The spectacular run experienced by equity markets in 2014 was mainly  driven by 'hopes' of meaningful reforms coupled with some sporadic sparks of recovery as highlighted by improvement in a few macroeconomic indicators. While execution of the measures introduced by government may take time to have an effect on the real economy, given a stable political environment the risk of derailment from the economic growth appear to be limited.

Corporate earnings are expected to pick up going ahead and may be led by both topline growth as well as margin expansion. Moreover, one important indicator viz. corporate profitability to gross domestic product (GDP) ratio for BSE 500 companies (ex financials) is currently below the long period average and is expected to improve in line with overall economic growth.

Pick up in discretionary demand and investment cycle taking off will be two important indicators which will provide cues for further movement in equity markets. While discretionary demand has shown signs of improvement, infrastructure may be the stepping stone for revival of the investment cycle. A probable reversal in crude oil prices, weaker global growth prospects and rise in interest rates by US Federal Reserve may add to volatility in the near to medium term. However, given the expectation of decline in domestic interest rates and subsequent beginning of the investment cycle, we believe that gradual recovery in economic growth is likely to continue and translate into stronger earnings growth in the long term.
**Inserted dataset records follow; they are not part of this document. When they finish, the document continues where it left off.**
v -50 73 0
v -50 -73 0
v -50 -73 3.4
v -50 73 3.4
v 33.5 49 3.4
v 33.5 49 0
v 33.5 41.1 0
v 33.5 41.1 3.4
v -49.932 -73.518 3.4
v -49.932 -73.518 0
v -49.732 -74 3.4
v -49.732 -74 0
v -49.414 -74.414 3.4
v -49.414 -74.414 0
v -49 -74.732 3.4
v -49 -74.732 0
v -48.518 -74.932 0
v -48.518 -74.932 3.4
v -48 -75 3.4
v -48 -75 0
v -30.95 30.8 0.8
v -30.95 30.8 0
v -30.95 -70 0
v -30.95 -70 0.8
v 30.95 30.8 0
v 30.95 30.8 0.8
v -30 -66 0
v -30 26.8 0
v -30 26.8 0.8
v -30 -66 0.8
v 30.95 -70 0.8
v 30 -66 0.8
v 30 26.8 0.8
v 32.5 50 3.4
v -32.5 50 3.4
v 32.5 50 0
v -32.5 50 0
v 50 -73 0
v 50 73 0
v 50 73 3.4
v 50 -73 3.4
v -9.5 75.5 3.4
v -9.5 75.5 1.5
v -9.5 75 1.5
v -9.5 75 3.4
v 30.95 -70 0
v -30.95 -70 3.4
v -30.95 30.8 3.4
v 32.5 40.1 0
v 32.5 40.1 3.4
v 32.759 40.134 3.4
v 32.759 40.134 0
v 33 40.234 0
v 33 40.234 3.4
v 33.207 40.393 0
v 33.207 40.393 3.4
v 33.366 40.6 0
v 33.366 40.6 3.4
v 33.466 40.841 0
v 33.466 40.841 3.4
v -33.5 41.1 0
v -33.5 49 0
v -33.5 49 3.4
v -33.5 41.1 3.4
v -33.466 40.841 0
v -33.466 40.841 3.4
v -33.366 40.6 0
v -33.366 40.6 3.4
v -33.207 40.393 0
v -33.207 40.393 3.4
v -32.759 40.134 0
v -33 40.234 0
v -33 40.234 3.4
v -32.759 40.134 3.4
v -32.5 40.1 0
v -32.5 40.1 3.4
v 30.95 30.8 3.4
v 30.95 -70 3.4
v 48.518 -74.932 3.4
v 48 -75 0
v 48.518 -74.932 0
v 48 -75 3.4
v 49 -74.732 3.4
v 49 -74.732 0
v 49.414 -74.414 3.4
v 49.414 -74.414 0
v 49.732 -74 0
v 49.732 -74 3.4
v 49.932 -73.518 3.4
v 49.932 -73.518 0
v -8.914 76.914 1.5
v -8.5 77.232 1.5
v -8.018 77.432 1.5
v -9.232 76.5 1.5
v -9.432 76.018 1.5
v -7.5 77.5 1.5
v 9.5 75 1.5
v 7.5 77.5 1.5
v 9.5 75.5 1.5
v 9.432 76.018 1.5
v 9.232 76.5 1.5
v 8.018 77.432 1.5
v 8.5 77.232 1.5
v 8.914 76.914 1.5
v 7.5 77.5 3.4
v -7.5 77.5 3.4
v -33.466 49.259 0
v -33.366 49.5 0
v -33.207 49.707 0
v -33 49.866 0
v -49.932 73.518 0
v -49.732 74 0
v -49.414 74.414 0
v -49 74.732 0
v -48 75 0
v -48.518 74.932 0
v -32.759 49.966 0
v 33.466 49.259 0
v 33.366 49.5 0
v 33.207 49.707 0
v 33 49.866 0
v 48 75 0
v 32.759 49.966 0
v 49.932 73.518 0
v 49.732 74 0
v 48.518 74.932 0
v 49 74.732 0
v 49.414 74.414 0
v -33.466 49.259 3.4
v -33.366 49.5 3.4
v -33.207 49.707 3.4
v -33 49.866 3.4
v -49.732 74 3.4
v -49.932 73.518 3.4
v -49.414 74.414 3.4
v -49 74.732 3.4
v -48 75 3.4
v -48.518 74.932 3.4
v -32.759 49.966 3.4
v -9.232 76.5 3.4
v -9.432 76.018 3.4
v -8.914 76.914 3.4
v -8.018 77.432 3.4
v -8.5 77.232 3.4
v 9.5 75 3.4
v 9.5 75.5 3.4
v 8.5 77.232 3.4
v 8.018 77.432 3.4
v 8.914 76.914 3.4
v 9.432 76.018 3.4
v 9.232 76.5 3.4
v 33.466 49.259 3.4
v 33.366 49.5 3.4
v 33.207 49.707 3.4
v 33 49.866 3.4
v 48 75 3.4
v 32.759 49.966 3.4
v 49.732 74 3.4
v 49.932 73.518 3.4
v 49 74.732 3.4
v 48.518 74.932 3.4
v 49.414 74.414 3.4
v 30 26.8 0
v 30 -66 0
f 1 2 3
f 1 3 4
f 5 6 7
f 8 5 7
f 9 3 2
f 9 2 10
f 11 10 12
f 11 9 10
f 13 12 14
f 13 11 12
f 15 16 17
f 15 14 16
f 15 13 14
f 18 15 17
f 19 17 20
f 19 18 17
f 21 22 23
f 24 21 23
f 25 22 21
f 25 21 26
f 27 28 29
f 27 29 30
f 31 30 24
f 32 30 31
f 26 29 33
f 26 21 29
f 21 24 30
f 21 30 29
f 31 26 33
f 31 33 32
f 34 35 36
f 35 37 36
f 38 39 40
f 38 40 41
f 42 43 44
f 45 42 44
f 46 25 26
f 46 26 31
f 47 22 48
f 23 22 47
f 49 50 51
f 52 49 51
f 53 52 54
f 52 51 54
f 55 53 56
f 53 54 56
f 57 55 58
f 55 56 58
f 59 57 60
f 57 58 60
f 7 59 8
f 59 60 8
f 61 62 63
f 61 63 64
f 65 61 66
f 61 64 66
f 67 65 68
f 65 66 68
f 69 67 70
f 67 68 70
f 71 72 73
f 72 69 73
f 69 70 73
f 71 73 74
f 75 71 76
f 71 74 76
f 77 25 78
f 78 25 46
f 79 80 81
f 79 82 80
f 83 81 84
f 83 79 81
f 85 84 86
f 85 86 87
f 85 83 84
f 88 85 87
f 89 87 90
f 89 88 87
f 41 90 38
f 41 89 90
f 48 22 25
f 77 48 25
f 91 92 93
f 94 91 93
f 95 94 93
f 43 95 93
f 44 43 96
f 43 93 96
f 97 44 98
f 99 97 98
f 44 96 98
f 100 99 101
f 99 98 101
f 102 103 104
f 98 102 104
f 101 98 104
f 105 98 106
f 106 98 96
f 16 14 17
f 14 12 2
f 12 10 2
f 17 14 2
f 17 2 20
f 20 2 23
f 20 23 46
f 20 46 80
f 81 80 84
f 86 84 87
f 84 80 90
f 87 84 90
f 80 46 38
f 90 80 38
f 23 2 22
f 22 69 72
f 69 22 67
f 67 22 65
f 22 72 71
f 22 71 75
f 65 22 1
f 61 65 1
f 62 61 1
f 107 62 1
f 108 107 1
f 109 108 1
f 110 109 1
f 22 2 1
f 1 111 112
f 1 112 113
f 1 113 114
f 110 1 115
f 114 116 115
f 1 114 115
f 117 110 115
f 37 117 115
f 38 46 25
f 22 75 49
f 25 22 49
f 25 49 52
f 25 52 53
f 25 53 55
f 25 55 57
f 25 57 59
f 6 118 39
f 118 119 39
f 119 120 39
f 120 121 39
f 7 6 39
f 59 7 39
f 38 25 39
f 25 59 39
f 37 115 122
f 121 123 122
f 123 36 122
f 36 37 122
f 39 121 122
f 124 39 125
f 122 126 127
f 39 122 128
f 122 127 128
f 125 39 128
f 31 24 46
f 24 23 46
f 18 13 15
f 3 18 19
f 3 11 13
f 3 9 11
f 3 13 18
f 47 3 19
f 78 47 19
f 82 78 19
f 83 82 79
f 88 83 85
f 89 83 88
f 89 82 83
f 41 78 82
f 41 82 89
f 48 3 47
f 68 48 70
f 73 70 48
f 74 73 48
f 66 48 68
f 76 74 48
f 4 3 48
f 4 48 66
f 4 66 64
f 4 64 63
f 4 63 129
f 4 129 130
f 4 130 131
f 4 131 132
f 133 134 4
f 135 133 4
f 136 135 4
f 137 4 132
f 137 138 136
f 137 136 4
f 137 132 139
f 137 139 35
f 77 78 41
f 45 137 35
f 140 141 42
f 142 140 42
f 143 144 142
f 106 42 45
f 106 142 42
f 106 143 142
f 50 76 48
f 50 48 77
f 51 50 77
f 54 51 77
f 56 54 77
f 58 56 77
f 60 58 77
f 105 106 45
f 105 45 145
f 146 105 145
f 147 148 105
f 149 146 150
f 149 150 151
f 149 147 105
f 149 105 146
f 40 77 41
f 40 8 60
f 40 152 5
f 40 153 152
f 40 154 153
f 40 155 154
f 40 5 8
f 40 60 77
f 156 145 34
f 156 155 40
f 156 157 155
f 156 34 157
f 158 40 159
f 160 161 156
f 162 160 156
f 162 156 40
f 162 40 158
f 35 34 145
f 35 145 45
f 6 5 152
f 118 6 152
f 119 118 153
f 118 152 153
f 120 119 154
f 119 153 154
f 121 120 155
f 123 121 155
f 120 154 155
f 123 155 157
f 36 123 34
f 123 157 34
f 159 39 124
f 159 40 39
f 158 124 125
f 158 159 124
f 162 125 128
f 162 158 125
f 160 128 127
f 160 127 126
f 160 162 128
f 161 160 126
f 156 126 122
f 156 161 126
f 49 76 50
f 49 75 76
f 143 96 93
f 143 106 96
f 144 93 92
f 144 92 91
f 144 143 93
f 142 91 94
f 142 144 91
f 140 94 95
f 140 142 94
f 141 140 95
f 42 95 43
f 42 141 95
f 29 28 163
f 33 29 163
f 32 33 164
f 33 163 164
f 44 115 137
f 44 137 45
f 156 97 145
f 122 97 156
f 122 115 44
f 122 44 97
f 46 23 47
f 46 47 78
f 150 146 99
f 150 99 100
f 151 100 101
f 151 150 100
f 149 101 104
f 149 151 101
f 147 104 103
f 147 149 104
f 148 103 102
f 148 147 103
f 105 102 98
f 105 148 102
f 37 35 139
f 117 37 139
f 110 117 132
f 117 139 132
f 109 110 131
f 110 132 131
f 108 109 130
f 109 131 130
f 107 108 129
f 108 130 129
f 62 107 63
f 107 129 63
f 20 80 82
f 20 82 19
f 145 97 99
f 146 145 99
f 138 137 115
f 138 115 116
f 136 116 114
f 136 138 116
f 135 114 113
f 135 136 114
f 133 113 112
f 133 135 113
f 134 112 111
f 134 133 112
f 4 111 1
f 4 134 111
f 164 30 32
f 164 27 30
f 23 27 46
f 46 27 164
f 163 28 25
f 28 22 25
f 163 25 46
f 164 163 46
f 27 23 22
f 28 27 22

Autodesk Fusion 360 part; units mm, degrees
sketch "Sketch1" plane through (0, 0, 0) normal (0, 0, 1) x (1, 0, 0)
  line L0 (50, -75) -> (-50, -75)
  line L1 (-50, -75) -> (-50, 75)
  line L2 (-50, 75) -> (50, 75)
  line L3 (50, 75) -> (50, -75)
  line L4 (50, -75) -> (-50, 75) construction
  line L5 (-50, -75) -> (50, 75) construction
  line L6 (9.5, 77.5) -> (-9.5, 77.5)
  line L7 (-9.5, 77.5) -> (-9.5, 75)
  line L8 (9.5, 75) -> (9.5, 77.5)
  line L9 (9.5, 77.5) -> (-9.5, 72.5) construction
  line L10 (-9.5, 77.5) -> (9.5, 72.5) construction
  line L11 (-33.5, 50) -> (33.5, 50)
  line L12 (-33.5, 40.1) -> (33.5, 40.1)
  line L13 (-33.5, 50) -> (-33.5, 40.1)
  line L14 (33.5, 50) -> (33.5, 40.1)
  line L15 (-50, 30.8) -> (50, 30.8)
  line L16 (-33.5, 50) -> (-33.5, 40.1)
  line L17 (33.5, 50) -> (33.5, 40.1)
  line L18 (-50, -70) -> (50, -70)
  line L19 (-30.95, 30.8) -> (-30.95, -70)
  line L20 (0, 30) -> (0, -70)
  line L21 (30.95, 30.8) -> (30.95, -70)
  line L22 (-30, 30.8) -> (-30, -70)
  line L23 (30, 30.8) -> (30, -70)
  line L24 (-30, 26.8) -> (30, 26.8)
  line L25 (-30, -66) -> (30, -66)
  point P0 (0, 75)
  dimension "d1" = 100
  dimension "d2" = 150
  dimension "d3" = 19
  dimension "d4" = 5
  dimension "d5" = 25
  dimension "d6" = 9.9
  dimension "d8" = 9.3
  dimension "d9" = 5
  dimension "d10" = 30.95
  dimension "d11" = 30
  dimension "d12" = 4
  dimension "d13" = 4
extrude "Extrude1" add sketch "Sketch1" along normal blind 3.4 contours L0 L1 L3 L18 | L3 L15 L18 L21 | L1 L15 L18 L19 | L1 L2 L3 L15 | L2 L6 L7 L8 makes body 1
extrude "Extrude2" add sketch "Sketch1" along normal blind 0.8 separate body contours L15 L18 L21 L23 | L15 L18 L19 L22 | L18 L20 L23 L25 | L18 L20 L22 L25 | L15 L22 L23 L24 makes body 2
fillet "Fillet1" radius 2 6 edges at (50, 75, 1.7) (-50, 75, 1.7) (-9.5, 77.5, 1.7) (9.5, 77.5, 1.7) (-50, -75, 1.7) (50, -75, 1.7) on bodies 1
fillet "Fillet2" radius 1 4 edges at (33.5, 40.1, 1.7) (33.5, 50, 1.7) (-33.5, 50, 1.7) (-33.5, 40.1, 1.7) on bodies 1
extrude "Extrude3" cut sketch "Sketch1" along normal blind 1.5 contours L2 L6 L7 L8 bodies 1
With re-rating already factored in valuations the headroom for P/E multiple expansions is limited. Hence incremental returns are likely to be led by corporate earnings growth.   At this juncture, while there is general consensus on the recovery, there may be bouts of volatility due to global 'risk off' factors and hence a cautiously optimistic stance is warranted. As a result, investors should adopt a systematic approach to investing in order to benefit from long term prospects of Indian economy.